### WORK ORDER
Copy the records out again in full, keeping them identical.

### Saved entries
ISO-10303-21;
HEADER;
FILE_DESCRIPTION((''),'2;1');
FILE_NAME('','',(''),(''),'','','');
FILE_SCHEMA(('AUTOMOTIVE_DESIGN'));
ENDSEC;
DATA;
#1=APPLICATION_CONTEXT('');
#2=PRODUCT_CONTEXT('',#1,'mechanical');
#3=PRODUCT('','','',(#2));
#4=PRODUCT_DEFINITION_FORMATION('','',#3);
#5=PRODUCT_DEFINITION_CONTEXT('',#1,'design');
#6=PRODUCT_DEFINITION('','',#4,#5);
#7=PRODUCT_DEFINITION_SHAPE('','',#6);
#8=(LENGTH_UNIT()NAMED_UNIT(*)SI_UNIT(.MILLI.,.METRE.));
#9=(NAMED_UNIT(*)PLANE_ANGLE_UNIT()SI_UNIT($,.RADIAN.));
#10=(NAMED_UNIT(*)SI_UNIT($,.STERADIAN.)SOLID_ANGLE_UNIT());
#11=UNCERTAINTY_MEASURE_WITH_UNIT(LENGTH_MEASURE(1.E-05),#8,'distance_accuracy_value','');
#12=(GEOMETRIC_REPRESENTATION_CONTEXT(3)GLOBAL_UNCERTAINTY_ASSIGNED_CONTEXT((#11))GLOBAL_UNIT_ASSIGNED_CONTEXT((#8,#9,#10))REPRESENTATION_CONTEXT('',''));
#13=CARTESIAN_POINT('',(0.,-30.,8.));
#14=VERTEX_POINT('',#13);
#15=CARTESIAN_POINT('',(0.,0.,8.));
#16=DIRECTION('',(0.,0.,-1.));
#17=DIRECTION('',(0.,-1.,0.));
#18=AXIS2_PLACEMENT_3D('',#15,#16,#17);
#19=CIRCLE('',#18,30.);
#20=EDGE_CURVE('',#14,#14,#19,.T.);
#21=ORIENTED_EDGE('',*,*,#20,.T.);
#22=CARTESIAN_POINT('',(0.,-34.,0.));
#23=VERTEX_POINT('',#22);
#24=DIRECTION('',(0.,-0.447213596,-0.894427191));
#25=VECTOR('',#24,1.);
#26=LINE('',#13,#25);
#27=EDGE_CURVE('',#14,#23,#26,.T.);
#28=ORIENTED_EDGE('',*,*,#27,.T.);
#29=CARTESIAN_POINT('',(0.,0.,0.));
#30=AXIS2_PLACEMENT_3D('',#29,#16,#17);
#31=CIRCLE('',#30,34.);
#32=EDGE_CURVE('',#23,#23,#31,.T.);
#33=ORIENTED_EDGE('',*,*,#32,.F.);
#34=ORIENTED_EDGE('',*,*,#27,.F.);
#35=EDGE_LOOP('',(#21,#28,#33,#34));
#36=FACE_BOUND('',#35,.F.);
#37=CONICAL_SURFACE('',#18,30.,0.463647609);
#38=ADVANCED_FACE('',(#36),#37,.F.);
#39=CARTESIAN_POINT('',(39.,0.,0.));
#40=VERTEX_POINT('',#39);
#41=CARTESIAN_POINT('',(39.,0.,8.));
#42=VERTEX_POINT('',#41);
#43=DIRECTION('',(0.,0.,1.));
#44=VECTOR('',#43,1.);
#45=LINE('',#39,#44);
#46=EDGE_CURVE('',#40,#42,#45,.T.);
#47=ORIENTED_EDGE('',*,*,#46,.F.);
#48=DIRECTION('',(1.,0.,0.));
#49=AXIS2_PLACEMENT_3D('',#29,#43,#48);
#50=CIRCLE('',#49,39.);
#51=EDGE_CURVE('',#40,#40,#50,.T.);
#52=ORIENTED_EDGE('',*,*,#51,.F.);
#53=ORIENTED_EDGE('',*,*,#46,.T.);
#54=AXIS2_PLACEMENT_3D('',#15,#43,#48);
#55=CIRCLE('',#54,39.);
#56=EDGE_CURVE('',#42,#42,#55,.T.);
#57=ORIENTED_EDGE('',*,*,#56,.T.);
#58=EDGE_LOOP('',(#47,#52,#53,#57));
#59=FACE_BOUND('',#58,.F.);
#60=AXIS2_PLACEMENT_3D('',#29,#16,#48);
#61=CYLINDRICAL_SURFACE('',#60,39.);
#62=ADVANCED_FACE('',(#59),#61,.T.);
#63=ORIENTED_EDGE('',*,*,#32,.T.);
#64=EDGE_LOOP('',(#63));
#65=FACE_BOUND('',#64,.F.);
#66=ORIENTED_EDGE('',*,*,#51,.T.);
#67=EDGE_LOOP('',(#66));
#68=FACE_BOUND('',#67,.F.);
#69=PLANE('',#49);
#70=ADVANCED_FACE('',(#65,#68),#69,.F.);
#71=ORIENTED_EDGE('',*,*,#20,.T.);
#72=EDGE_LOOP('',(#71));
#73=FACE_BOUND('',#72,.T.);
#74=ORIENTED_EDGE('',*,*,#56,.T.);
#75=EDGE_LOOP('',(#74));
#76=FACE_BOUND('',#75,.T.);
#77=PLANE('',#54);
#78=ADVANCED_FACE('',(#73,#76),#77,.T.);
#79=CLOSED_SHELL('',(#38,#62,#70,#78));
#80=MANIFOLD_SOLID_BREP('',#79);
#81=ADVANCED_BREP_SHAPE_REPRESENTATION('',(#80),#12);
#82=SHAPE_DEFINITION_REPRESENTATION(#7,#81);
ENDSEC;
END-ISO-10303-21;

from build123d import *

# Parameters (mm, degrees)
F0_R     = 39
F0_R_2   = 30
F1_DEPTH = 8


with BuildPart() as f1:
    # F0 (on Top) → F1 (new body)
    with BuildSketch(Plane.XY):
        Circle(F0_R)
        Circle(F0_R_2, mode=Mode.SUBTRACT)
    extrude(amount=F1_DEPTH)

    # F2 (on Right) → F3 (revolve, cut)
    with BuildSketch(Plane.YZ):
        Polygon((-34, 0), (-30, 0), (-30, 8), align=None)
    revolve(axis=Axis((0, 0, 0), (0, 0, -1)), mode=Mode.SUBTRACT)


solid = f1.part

### FINISHED TASK
ISO-10303-21;
HEADER;
FILE_DESCRIPTION((''),'2;1');
FILE_NAME('','',(''),(''),'','','');
FILE_SCHEMA(('AUTOMOTIVE_DESIGN'));
ENDSEC;
DATA;
#1=APPLICATION_CONTEXT('');
#2=PRODUCT_CONTEXT('',#1,'mechanical');
#3=PRODUCT('','','',(#2));
#4=PRODUCT_DEFINITION_FORMATION('','',#3);
#5=PRODUCT_DEFINITION_CONTEXT('',#1,'design');
#6=PRODUCT_DEFINITION('','',#4,#5);
#7=PRODUCT_DEFINITION_SHAPE('','',#6);
#8=(LENGTH_UNIT()NAMED_UNIT(*)SI_UNIT(.MILLI.,.METRE.));
#9=(NAMED_UNIT(*)PLANE_ANGLE_UNIT()SI_UNIT($,.RADIAN.));
#10=(NAMED_UNIT(*)SI_UNIT($,.STERADIAN.)SOLID_ANGLE_UNIT());
#11=UNCERTAINTY_MEASURE_WITH_UNIT(LENGTH_MEASURE(1.E-05),#8,'distance_accuracy_value','');
#12=(GEOMETRIC_REPRESENTATION_CONTEXT(3)GLOBAL_UNCERTAINTY_ASSIGNED_CONTEXT((#11))GLOBAL_UNIT_ASSIGNED_CONTEXT((#8,#9,#10))REPRESENTATION_CONTEXT('',''));
#13=CARTESIAN_POINT('',(0.,-30.,8.));
#14=VERTEX_POINT('',#13);
#15=CARTESIAN_POINT('',(0.,0.,8.));
#16=DIRECTION('',(0.,0.,-1.));
#17=DIRECTION('',(0.,-1.,0.));
#18=AXIS2_PLACEMENT_3D('',#15,#16,#17);
#19=CIRCLE('',#18,30.);
#20=EDGE_CURVE('',#14,#14,#19,.T.);
#21=ORIENTED_EDGE('',*,*,#20,.T.);
#22=CARTESIAN_POINT('',(0.,-34.,0.));
#23=VERTEX_POINT('',#22);
#24=DIRECTION('',(0.,-0.447213596,-0.894427191));
#25=VECTOR('',#24,1.);
#26=LINE('',#13,#25);
#27=EDGE_CURVE('',#14,#23,#26,.T.);
#28=ORIENTED_EDGE('',*,*,#27,.T.);
#29=CARTESIAN_POINT('',(0.,0.,0.));
#30=AXIS2_PLACEMENT_3D('',#29,#16,#17);
#31=CIRCLE('',#30,34.);
#32=EDGE_CURVE('',#23,#23,#31,.T.);
#33=ORIENTED_EDGE('',*,*,#32,.F.);
#34=ORIENTED_EDGE('',*,*,#27,.F.);
#35=EDGE_LOOP('',(#21,#28,#33,#34));
#36=FACE_BOUND('',#35,.F.);
#37=CONICAL_SURFACE('',#18,30.,0.463647609);
#38=ADVANCED_FACE('',(#36),#37,.F.);
#39=CARTESIAN_POINT('',(39.,0.,0.));
#40=VERTEX_POINT('',#39);
#41=CARTESIAN_POINT('',(39.,0.,8.));
#42=VERTEX_POINT('',#41);
#43=DIRECTION('',(0.,0.,1.));
#44=VECTOR('',#43,1.);
#45=LINE('',#39,#44);
#46=EDGE_CURVE('',#40,#42,#45,.T.);
#47=ORIENTED_EDGE('',*,*,#46,.F.);
#48=DIRECTION('',(1.,0.,0.));
#49=AXIS2_PLACEMENT_3D('',#29,#43,#48);
#50=CIRCLE('',#49,39.);
#51=EDGE_CURVE('',#40,#40,#50,.T.);
#52=ORIENTED_EDGE('',*,*,#51,.F.);
#53=ORIENTED_EDGE('',*,*,#46,.T.);
#54=AXIS2_PLACEMENT_3D('',#15,#43,#48);
#55=CIRCLE('',#54,39.);
#56=EDGE_CURVE('',#42,#42,#55,.T.);
#57=ORIENTED_EDGE('',*,*,#56,.T.);
#58=EDGE_LOOP('',(#47,#52,#53,#57));
#59=FACE_BOUND('',#58,.F.);
#60=AXIS2_PLACEMENT_3D('',#29,#16,#48);
#61=CYLINDRICAL_SURFACE('',#60,39.);
#62=ADVANCED_FACE('',(#59),#61,.T.);
#63=ORIENTED_EDGE('',*,*,#32,.T.);
#64=EDGE_LOOP('',(#63));
#65=FACE_BOUND('',#64,.F.);
#66=ORIENTED_EDGE('',*,*,#51,.T.);
#67=EDGE_LOOP('',(#66));
#68=FACE_BOUND('',#67,.F.);
#69=PLANE('',#49);
#70=ADVANCED_FACE('',(#65,#68),#69,.F.);
#71=ORIENTED_EDGE('',*,*,#20,.T.);
#72=EDGE_LOOP('',(#71));
#73=FACE_BOUND('',#72,.T.);
#74=ORIENTED_EDGE('',*,*,#56,.T.);
#75=EDGE_LOOP('',(#74));
#76=FACE_BOUND('',#75,.T.);
#77=PLANE('',#54);
#78=ADVANCED_FACE('',(#73,#76),#77,.T.);
#79=CLOSED_SHELL('',(#38,#62,#70,#78));
#80=MANIFOLD_SOLID_BREP('',#79);
#81=ADVANCED_BREP_SHAPE_REPRESENTATION('',(#80),#12);
#82=SHAPE_DEFINITION_REPRESENTATION(#7,#81);
ENDSEC;
END-ISO-10303-21;

from build123d import *

# Parameters (mm, degrees)
F0_R     = 39
F0_R_2   = 30
F1_DEPTH = 8


with BuildPart() as f1:
    # F0 (on Top) → F1 (new body)
    with BuildSketch(Plane.XY):
        Circle(F0_R)
        Circle(F0_R_2, mode=Mode.SUBTRACT)
    extrude(amount=F1_DEPTH)

    # F2 (on Right) → F3 (revolve, cut)
    with BuildSketch(Plane.YZ):
        Polygon((-34, 0), (-30, 0), (-30, 8), align=None)
    revolve(axis=Axis((0, 0, 0), (0, 0, -1)), mode=Mode.SUBTRACT)


solid = f1.part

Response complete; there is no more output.